On last night's The Bachelorette, a visibly frazzled DeAnna Pappas—clearly crumbling beneath the pressures of having just five short weeks to adequately assess the high-grade man-cattle brought in for her personal studding services—had nothing short of a completely fake breakdown. We're still not entirely sure what brought it on—something about the discouragement of chef contestant Robert, doomed from the start for a demonstrated reluctance to taking off his shirt.

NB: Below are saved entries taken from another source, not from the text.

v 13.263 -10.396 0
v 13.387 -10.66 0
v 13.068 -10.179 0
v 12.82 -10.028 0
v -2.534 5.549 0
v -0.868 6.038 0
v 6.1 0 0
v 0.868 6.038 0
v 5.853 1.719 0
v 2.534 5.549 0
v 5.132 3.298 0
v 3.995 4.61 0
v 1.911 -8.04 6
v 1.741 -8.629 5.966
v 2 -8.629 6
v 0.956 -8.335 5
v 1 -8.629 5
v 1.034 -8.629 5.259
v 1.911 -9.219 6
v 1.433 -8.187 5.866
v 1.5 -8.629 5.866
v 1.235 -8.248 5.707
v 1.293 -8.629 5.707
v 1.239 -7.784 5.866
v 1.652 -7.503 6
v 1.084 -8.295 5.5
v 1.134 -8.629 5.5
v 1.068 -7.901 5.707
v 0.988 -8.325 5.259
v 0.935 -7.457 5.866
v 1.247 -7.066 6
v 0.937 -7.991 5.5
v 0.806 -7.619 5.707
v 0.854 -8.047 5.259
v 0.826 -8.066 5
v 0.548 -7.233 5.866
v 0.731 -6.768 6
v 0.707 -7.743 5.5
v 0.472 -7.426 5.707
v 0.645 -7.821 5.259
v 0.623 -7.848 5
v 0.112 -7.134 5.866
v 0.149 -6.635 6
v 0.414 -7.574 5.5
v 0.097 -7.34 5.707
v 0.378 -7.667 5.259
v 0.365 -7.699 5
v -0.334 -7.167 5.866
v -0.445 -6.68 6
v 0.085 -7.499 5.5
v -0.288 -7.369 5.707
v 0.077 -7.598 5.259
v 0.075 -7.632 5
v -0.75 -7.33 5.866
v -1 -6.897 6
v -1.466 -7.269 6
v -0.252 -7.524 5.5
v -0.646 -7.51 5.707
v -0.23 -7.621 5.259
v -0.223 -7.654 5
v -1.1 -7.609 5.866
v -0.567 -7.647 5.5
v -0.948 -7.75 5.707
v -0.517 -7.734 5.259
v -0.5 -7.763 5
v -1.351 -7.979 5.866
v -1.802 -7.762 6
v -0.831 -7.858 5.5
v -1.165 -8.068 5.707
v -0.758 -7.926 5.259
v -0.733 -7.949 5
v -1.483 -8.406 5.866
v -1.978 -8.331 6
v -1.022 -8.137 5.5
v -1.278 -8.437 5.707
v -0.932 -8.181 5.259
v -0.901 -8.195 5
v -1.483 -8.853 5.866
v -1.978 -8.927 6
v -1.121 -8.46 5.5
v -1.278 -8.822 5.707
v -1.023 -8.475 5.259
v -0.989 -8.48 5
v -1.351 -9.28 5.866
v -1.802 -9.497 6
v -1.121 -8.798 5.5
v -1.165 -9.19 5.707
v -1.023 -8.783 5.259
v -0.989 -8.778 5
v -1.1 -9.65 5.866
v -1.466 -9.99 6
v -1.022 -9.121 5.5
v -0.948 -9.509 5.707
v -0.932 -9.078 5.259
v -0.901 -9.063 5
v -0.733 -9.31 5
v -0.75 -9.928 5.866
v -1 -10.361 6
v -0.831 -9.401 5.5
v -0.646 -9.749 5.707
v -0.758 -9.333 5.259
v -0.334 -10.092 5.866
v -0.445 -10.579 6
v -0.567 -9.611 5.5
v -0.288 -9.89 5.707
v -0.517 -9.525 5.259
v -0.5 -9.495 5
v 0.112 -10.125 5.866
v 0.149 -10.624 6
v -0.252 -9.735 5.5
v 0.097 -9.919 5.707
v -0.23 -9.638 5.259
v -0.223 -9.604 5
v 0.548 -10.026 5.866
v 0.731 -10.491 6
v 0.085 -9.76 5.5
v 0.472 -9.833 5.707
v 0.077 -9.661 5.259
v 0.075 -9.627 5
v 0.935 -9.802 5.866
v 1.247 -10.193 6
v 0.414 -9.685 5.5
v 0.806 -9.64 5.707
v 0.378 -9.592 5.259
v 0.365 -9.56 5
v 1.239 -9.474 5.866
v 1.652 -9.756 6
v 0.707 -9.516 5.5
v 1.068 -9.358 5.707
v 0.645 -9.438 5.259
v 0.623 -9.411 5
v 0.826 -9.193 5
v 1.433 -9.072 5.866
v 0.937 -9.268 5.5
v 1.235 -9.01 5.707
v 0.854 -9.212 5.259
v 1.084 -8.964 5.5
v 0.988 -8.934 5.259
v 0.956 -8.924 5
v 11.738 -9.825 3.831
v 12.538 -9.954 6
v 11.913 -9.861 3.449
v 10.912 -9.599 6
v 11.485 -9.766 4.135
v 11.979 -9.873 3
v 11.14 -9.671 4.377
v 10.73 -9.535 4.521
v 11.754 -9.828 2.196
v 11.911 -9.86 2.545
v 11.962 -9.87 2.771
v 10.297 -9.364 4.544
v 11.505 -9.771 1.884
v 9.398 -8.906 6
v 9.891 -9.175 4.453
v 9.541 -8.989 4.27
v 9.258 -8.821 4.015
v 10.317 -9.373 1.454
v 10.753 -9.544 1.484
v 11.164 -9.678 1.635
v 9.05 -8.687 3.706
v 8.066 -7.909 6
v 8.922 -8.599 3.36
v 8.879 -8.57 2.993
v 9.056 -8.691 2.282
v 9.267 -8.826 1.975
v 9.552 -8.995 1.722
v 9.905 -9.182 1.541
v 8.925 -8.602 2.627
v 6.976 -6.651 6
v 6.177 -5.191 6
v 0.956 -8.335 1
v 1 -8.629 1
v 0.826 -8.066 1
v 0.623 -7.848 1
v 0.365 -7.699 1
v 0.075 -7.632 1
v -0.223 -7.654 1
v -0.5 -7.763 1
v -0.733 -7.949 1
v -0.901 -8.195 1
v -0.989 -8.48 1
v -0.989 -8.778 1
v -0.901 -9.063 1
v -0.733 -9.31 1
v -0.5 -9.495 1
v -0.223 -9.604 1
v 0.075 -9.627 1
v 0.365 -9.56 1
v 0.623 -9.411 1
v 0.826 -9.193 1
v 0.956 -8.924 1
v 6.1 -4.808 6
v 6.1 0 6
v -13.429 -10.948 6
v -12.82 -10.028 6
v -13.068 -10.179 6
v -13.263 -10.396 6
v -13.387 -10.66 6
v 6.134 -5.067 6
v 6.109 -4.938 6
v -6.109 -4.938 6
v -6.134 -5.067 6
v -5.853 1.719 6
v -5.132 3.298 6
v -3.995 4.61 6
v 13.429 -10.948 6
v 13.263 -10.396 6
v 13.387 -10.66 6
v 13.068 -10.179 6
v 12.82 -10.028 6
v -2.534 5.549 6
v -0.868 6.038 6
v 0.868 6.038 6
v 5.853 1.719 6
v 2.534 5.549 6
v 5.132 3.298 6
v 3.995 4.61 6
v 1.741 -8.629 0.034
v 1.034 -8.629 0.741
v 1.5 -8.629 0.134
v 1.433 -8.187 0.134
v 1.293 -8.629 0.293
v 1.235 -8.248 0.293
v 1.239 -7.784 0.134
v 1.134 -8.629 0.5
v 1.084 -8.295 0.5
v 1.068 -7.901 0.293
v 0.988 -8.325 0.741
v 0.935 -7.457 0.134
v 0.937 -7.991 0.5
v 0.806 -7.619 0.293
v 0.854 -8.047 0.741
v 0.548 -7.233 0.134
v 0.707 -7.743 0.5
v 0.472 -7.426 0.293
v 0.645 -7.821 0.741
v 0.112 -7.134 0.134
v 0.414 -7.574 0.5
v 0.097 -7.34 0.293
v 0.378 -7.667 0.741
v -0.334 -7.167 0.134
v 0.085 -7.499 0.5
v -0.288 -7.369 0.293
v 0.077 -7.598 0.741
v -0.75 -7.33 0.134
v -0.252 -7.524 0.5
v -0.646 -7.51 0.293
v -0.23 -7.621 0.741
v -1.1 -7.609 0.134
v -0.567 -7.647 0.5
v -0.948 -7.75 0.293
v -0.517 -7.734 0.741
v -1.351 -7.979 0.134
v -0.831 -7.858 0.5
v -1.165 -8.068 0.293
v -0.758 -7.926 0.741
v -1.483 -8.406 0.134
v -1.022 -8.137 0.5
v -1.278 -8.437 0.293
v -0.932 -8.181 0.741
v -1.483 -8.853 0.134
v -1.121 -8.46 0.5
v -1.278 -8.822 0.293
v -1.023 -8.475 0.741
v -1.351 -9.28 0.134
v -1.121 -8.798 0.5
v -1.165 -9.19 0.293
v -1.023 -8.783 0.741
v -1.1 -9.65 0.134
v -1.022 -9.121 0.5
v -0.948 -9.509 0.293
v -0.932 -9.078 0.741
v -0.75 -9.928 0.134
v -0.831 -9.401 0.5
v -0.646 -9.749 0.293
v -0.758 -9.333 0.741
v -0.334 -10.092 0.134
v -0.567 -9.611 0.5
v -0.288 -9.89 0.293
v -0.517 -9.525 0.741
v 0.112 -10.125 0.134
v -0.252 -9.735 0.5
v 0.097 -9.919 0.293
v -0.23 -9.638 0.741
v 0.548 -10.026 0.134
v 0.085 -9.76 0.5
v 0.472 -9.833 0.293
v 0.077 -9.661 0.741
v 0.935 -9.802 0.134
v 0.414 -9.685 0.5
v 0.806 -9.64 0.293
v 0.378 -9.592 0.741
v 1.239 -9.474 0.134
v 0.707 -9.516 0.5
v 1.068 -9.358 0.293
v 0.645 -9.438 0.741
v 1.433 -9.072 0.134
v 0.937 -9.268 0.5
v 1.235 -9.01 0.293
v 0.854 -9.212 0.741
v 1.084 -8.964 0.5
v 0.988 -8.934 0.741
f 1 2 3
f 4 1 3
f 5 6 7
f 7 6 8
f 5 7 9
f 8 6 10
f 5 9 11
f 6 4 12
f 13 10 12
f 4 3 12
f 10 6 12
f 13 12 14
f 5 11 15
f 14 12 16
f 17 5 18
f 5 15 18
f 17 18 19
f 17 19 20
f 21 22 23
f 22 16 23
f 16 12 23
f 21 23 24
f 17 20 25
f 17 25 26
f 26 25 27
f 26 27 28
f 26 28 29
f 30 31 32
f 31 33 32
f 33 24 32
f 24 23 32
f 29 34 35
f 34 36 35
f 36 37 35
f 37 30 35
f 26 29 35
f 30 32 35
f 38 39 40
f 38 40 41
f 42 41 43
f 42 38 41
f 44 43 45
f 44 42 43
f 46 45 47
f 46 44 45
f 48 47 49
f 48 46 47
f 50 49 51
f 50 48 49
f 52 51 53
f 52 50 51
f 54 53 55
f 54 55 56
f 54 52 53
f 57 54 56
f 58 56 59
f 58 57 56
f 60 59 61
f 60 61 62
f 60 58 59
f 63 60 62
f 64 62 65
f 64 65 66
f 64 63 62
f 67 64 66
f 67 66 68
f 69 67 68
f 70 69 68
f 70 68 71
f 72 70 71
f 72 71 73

Moments later, there was DeAnna, tearfully castigating the rest of the shirtless and more attractive (and therefore safe) bachelors, explaining that, "[Sniff] Right now I should be the happiest girl in the world, and you're all breaking my heart. [Louder sniff.] K? [High-pitched, squeaky voice:] Y'all feel good about that?" They did not, not one bit, and before long they were falling all over their shirtless selves to make things right again with the whiny woman of their dreams—perhaps because only she understood what it's like to sit back idly as your pre-selected life-mate whores it up with a houseful of reality show contestants. A surprising double bachelorcide was soon to come, with Robert—the man who started it all—icily dispatched, followed by sweet-natured Chicago lawyer Fred, both of whom Pappas felt she couldn't picture "making a life with," i.e. didn't look good enough with their shirts off. [The Bachelorette]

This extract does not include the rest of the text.